Data excerpts —
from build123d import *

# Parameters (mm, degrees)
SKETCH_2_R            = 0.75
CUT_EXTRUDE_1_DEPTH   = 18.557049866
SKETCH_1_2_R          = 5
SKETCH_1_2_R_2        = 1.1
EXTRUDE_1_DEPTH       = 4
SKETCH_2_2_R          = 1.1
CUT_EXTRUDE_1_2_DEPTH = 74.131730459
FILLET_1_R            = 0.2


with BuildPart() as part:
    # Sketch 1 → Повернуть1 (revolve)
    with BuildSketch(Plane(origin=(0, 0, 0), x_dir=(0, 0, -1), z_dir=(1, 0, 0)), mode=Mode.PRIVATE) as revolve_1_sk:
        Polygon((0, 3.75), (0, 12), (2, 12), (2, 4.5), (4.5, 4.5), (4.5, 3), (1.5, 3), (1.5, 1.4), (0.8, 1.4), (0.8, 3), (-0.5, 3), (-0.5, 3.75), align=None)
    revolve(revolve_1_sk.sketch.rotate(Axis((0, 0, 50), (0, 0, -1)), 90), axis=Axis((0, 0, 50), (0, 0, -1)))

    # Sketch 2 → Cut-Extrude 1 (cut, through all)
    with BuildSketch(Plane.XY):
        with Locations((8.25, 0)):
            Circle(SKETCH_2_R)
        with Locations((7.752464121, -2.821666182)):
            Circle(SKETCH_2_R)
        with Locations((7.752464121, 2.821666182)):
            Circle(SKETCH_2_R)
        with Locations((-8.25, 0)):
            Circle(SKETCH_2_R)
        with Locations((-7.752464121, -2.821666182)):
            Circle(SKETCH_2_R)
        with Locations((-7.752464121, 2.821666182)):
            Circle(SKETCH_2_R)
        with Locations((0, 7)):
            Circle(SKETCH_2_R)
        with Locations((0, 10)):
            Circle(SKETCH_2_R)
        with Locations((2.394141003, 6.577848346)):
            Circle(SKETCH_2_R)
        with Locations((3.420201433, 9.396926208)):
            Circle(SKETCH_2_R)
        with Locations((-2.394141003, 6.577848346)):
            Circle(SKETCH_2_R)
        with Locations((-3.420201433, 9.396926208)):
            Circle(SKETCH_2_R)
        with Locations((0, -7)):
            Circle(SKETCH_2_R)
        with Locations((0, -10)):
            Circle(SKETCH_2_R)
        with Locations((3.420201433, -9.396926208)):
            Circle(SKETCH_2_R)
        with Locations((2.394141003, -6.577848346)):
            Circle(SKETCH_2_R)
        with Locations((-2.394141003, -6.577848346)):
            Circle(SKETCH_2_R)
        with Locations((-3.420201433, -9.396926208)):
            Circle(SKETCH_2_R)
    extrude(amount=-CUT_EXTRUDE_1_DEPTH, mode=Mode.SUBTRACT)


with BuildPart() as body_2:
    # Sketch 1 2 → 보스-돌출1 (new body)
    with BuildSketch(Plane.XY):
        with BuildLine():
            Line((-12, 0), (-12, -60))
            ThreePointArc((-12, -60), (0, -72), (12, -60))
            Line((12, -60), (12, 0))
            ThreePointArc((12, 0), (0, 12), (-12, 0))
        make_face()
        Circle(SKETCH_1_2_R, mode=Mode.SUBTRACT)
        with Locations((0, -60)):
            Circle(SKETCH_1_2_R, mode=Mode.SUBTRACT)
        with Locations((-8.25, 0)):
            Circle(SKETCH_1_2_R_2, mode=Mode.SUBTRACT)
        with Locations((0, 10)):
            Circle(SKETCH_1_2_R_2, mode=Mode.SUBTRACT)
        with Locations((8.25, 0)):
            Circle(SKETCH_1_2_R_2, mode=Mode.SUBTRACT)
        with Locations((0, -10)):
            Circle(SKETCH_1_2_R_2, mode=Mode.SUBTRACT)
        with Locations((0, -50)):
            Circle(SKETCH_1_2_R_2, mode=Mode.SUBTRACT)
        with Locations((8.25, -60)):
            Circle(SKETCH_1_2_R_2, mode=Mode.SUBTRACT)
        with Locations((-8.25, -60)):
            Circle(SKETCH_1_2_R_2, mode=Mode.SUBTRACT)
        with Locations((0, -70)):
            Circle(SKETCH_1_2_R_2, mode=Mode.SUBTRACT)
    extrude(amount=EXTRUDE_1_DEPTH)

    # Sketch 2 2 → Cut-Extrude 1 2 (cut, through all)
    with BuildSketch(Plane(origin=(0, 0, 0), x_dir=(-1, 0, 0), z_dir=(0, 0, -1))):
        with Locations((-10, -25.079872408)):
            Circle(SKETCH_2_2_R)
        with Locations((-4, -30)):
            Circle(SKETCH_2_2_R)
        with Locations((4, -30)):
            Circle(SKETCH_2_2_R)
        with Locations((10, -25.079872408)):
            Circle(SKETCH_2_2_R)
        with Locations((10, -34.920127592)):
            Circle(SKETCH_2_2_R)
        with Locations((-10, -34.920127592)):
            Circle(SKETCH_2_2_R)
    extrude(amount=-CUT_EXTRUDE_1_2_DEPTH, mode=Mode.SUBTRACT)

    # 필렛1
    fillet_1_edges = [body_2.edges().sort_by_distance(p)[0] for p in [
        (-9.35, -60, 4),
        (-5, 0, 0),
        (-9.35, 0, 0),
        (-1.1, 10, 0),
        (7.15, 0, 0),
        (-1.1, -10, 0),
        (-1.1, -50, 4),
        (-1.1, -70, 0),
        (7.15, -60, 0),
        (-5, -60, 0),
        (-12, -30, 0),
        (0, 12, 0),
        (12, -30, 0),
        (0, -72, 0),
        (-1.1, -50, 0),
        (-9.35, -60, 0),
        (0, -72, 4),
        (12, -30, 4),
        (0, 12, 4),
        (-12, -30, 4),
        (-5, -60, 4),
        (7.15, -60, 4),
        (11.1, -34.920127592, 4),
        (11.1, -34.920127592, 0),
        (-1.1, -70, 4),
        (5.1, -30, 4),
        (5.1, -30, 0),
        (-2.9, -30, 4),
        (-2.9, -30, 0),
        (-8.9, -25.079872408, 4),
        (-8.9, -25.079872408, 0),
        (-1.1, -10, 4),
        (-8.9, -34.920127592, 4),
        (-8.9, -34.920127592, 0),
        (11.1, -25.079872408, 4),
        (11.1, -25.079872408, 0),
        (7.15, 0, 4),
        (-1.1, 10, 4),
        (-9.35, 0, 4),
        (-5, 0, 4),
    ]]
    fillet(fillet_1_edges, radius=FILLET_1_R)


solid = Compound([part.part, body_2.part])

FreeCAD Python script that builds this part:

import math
import FreeCAD as App
import Part
import Sketcher
from FreeCAD import Vector
Q = App.Units.Quantity


def edges_at(feature, points):
    """Names of the edges that pass closest to the given points."""
    edges = feature.Shape.Edges
    near = lambda p: min(range(len(edges)), key=lambda i: edges[i].distToShape(Part.Vertex(*p))[0])
    return sorted({f"Edge{near(p) + 1}" for p in points})

doc = App.newDocument("Part")
body = doc.addObject("PartDesign::Body", "Body")

# Sketch on YZ plane
sketch1 = body.newObject("Sketcher::SketchObject", "Sketch")
sketch1.AttachmentSupport = (doc.getObject("YZ_Plane"), [""])
sketch1.MapMode = "FlatFace"
sketch1.addGeometry([
    Part.LineSegment(Vector(12, 0, 0), Vector(3.8, 0, 0)),  # 0
    Part.LineSegment(Vector(3.8, 0, 0), Vector(3.8, 0.5, 0)),  # 1
    Part.LineSegment(Vector(3.8, 0.5, 0), Vector(3, 0.5, 0)),  # 2
    Part.LineSegment(Vector(3, 0.5, 0), Vector(3, -0.8, 0)),  # 3
    Part.LineSegment(Vector(3, -0.8, 0), Vector(1.4, -0.8, 0)),  # 4
    Part.LineSegment(Vector(1.4, -0.8, 0), Vector(1.4, -1.5, 0)),  # 5
    Part.LineSegment(Vector(1.4, -1.5, 0), Vector(3, -1.5, 0)),  # 6
    Part.LineSegment(Vector(3, -1.5, 0), Vector(3, -4.5, 0)),  # 7
    Part.LineSegment(Vector(3, -4.5, 0), Vector(4.5, -4.5, 0)),  # 8
    Part.LineSegment(Vector(4.5, -4.5, 0), Vector(4.5, -2, 0)),  # 9
    Part.LineSegment(Vector(4.5, -2, 0), Vector(12, -2, 0)),  # 10
    Part.LineSegment(Vector(12, -2, 0), Vector(12, 0, 0)),  # 11
], False)
sketch1.addConstraint([
    Sketcher.Constraint("Coincident", 0, 2, 1, 1),
    Sketcher.Constraint("Coincident", 1, 2, 2, 1),
    Sketcher.Constraint("Coincident", 2, 2, 3, 1),
    Sketcher.Constraint("Coincident", 3, 2, 4, 1),
    Sketcher.Constraint("Coincident", 4, 2, 5, 1),
    Sketcher.Constraint("Coincident", 5, 2, 6, 1),
    Sketcher.Constraint("Coincident", 6, 2, 7, 1),
    Sketcher.Constraint("Coincident", 7, 2, 8, 1),
    Sketcher.Constraint("Coincident", 8, 2, 9, 1),
    Sketcher.Constraint("Coincident", 9, 2, 10, 1),
    Sketcher.Constraint("Coincident", 10, 2, 11, 1),
    Sketcher.Constraint("Coincident", 11, 2, 0, 1),
    Sketcher.Constraint("Horizontal", 0),
    Sketcher.Constraint("Vertical", 1),
    Sketcher.Constraint("Horizontal", 2),
    Sketcher.Constraint("Vertical", 3),
    Sketcher.Constraint("Horizontal", 4),
    Sketcher.Constraint("Vertical", 5),
    Sketcher.Constraint("Horizontal", 6),
    Sketcher.Constraint("Vertical", 7),
    Sketcher.Constraint("Horizontal", 8),
    Sketcher.Constraint("Vertical", 9),
    Sketcher.Constraint("Horizontal", 10),
    Sketcher.Constraint("Vertical", 11),
    Sketcher.Constraint("PointOnObject", 0, 2, -1),
    Sketcher.Constraint("Vertical", 3, 2, 6, 2),
    Sketcher.Constraint("DistanceY", 7, 2, 7, 1, Q("3 mm")),
    Sketcher.Constraint("DistanceY", 11, 1, 11, 2, Q("2 mm")),
    Sketcher.Constraint("DistanceX", 4, 2, 4, 1, Q("1.6 mm")),
    Sketcher.Constraint("DistanceX", 8, 1, 8, 2, Q("1.5 mm")),
    Sketcher.Constraint("DistanceX", 10, 1, 10, 2, Q("7.5 mm")),
    Sketcher.Constraint("DistanceY", 1, 1, 1, 2, Q("0.5 mm")),
    Sketcher.Constraint("DistanceY", 3, 2, 3, 1, Q("1.3 mm")),
    Sketcher.Constraint("DistanceY", 5, 2, 5, 1, Q("0.7 mm")),
    Sketcher.Constraint("DistanceX", -1, 1, 2, 2, Q("3 mm")),
    Sketcher.Constraint("DistanceX", 0, 2, 0, 1, Q("8.25 mm")),
])
revolution = body.newObject("PartDesign::Revolution", "Revolution")
revolution.Profile = sketch1
revolution.ReferenceAxis = (sketch1, ["V_Axis"])
revolution.Angle = 360

# Sketch on XY plane
sketch2 = body.newObject("Sketcher::SketchObject", "Sketch001")
sketch2.AttachmentSupport = (doc.getObject("XY_Plane"), [""])
sketch2.MapMode = "FlatFace"
sketch2.addGeometry([
    Part.Circle(Vector(8.2, 0, 0), Vector(0, 0, 1), 0.8),  # 0
    Part.Circle(Vector(7.8, -2.8, 0), Vector(0, 0, 1), 0.8),  # 1
    Part.Circle(Vector(7.8, 2.8, 0), Vector(0, 0, 1), 0.8),  # 2
    Part.Circle(Vector(-8.2, 0, 0), Vector(0, 0, 1), 0.8),  # 3
    Part.Circle(Vector(-7.8, -2.8, 0), Vector(0, 0, 1), 0.8),  # 4
    Part.Circle(Vector(-7.8, 2.8, 0), Vector(0, 0, 1), 0.8),  # 5
    Part.Circle(Vector(0, 7, 0), Vector(0, 0, 1), 0.8),  # 6
    Part.Circle(Vector(0, 10, 0), Vector(0, 0, 1), 0.8),  # 7
    Part.Circle(Vector(2.4, 6.6, 0), Vector(0, 0, 1), 0.8),  # 8
    Part.Circle(Vector(3.4, 9.4, 0), Vector(0, 0, 1), 0.8),  # 9
    Part.Circle(Vector(-2.4, 6.6, 0), Vector(0, 0, 1), 0.8),  # 10
    Part.Circle(Vector(-3.4, 9.4, 0), Vector(0, 0, 1), 0.8),  # 11
    Part.Circle(Vector(0, -7, 0), Vector(0, 0, 1), 0.8),  # 12
    Part.Circle(Vector(0, -10, 0), Vector(0, 0, 1), 0.8),  # 13
    Part.Circle(Vector(3.4, -9.4, 0), Vector(0, 0, 1), 0.8),  # 14
    Part.Circle(Vector(2.4, -6.6, 0), Vector(0, 0, 1), 0.8),  # 15
    Part.Circle(Vector(-2.4, -6.6, 0), Vector(0, 0, 1), 0.8),  # 16
    Part.Circle(Vector(-3.4, -9.4, 0), Vector(0, 0, 1), 0.8),  # 17
], False)
sketch2.addConstraint([
    Sketcher.Constraint("Equal", 0, 1),
    Sketcher.Constraint("Equal", 1, 2),
    Sketcher.Constraint("Equal", 2, 3),
    Sketcher.Constraint("Equal", 3, 4),
    Sketcher.Constraint("Equal", 4, 5),
    Sketcher.Constraint("Equal", 5, 6),
    Sketcher.Constraint("Equal", 6, 7),
    Sketcher.Constraint("Equal", 7, 8),
    Sketcher.Constraint("Equal", 8, 9),
    Sketcher.Constraint("Equal", 9, 10),
    Sketcher.Constraint("Equal", 10, 11),
    Sketcher.Constraint("Equal", 11, 12),
    Sketcher.Constraint("Equal", 12, 13),
    Sketcher.Constraint("Equal", 13, 14),
    Sketcher.Constraint("Equal", 14, 15),
    Sketcher.Constraint("Equal", 15, 16),
    Sketcher.Constraint("Equal", 16, 17),
    Sketcher.Constraint("Symmetric", 0, 3, 3, 3, -1, 1),
    Sketcher.Constraint("Symmetric", 2, 3, 4, 3, -1, 1),
    Sketcher.Constraint("Symmetric", 1, 3, 5, 3, -1, 1),
    Sketcher.Constraint("Symmetric", 6, 3, 12, 3, -1, 1),
    Sketcher.Constraint("Symmetric", 7, 3, 13, 3, -1, 1),
    Sketcher.Constraint("Symmetric", 11, 3, 14, 3, -1, 1),
    Sketcher.Constraint("Symmetric", 10, 3, 15, 3, -1, 1),
    Sketcher.Constraint("Symmetric", 8, 3, 16, 3, -1, 1),
    Sketcher.Constraint("Symmetric", 9, 3, 17, 3, -1, 1),
    Sketcher.Constraint("Symmetric", 1, 3, 4, 3, -2),
    Sketcher.Constraint("Symmetric", 8, 3, 10, 3, -2),
    Sketcher.Constraint("Symmetric", 9, 3, 11, 3, -2),
    Sketcher.Constraint("PointOnObject", 0, 3, -1),
    Sketcher.Constraint("PointOnObject", 6, 3, -2),
    Sketcher.Constraint("PointOnObject", 7, 3, -2),
    Sketcher.Constraint("Diameter", 0, Q("1.5 mm")),
    Sketcher.Constraint("DistanceY", -1, 1, 6, 3, Q("7 mm")),
    Sketcher.Constraint("DistanceY", -1, 1, 7, 3, Q("10 mm")),
    Sketcher.Constraint("DistanceX", 3, 3, 0, 3, Q("16.5 mm")),
    Sketcher.Constraint("DistanceX", -1, 1, 9, 3, Q("3.420201 mm")),
    Sketcher.Constraint("DistanceX", -1, 1, 8, 3, Q("2.394141 mm")),
    Sketcher.Constraint("DistanceY", -1, 1, 8, 3, Q("6.577848 mm")),
    Sketcher.Constraint("DistanceX", 4, 3, 1, 3, Q("15.504928 mm")),
    Sketcher.Constraint("DistanceY", 2, 3, 9, 3, Q("6.57526 mm")),
    Sketcher.Constraint("DistanceY", 1, 3, -1, 1, Q("2.821666 mm")),
])
pocket1 = body.newObject("PartDesign::Pocket", "Pocket")
pocket1.Profile = sketch2
pocket1.Type = "ThroughAll"
body2 = doc.addObject("PartDesign::Body", "Body001")

# Sketch on XY plane
sketch3 = body2.newObject("Sketcher::SketchObject", "Sketch002")
sketch3.AttachmentSupport = (doc.getObject("XY_Plane001"), [""])
sketch3.MapMode = "FlatFace"
sketch3.addGeometry([
    Part.LineSegment(Vector(-12, 0, 0), Vector(-12, -60, 0)),  # 0
    Part.ArcOfCircle(Part.Circle(Vector(0, -60, 0), Vector(0, 0, 1), 12), math.radians(180), math.radians(360)),  # 1
    Part.LineSegment(Vector(12, -60, 0), Vector(12, 0, 0)),  # 2
    Part.ArcOfCircle(Part.Circle(Vector(0, 0, 0), Vector(0, 0, 1), 12), math.radians(0), math.radians(180)),  # 3
    Part.Circle(Vector(-8.2, -60, 0), Vector(0, 0, 1), 1.1),  # 4
    Part.Circle(Vector(0, -70, 0), Vector(0, 0, 1), 1.1),  # 5
    Part.Circle(Vector(0, -60, 0), Vector(0, 0, 1), 5),  # 6
    Part.Circle(Vector(0, -50, 0), Vector(0, 0, 1), 1.1),  # 7
    Part.Circle(Vector(8.2, -60, 0), Vector(0, 0, 1), 1.1),  # 8
    Part.Circle(Vector(0, -10, 0), Vector(0, 0, 1), 1.1),  # 9
    Part.Circle(Vector(-8.2, 0, 0), Vector(0, 0, 1), 1.1),  # 10
    Part.Circle(Vector(0, 0, 0), Vector(0, 0, 1), 5),  # 11
    Part.Circle(Vector(0, 10, 0), Vector(0, 0, 1), 1.1),  # 12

What is required — Could you copy each line in the listing above that includes the word "origin"?

Solution for this problem —
    with BuildSketch(Plane(origin=(0, 0, 0), x_dir=(0, 0, -1), z_dir=(1, 0, 0)), mode=Mode.PRIVATE) as revolve_1_sk:
    with BuildSketch(Plane(origin=(0, 0, 0), x_dir=(-1, 0, 0), z_dir=(0, 0, -1))):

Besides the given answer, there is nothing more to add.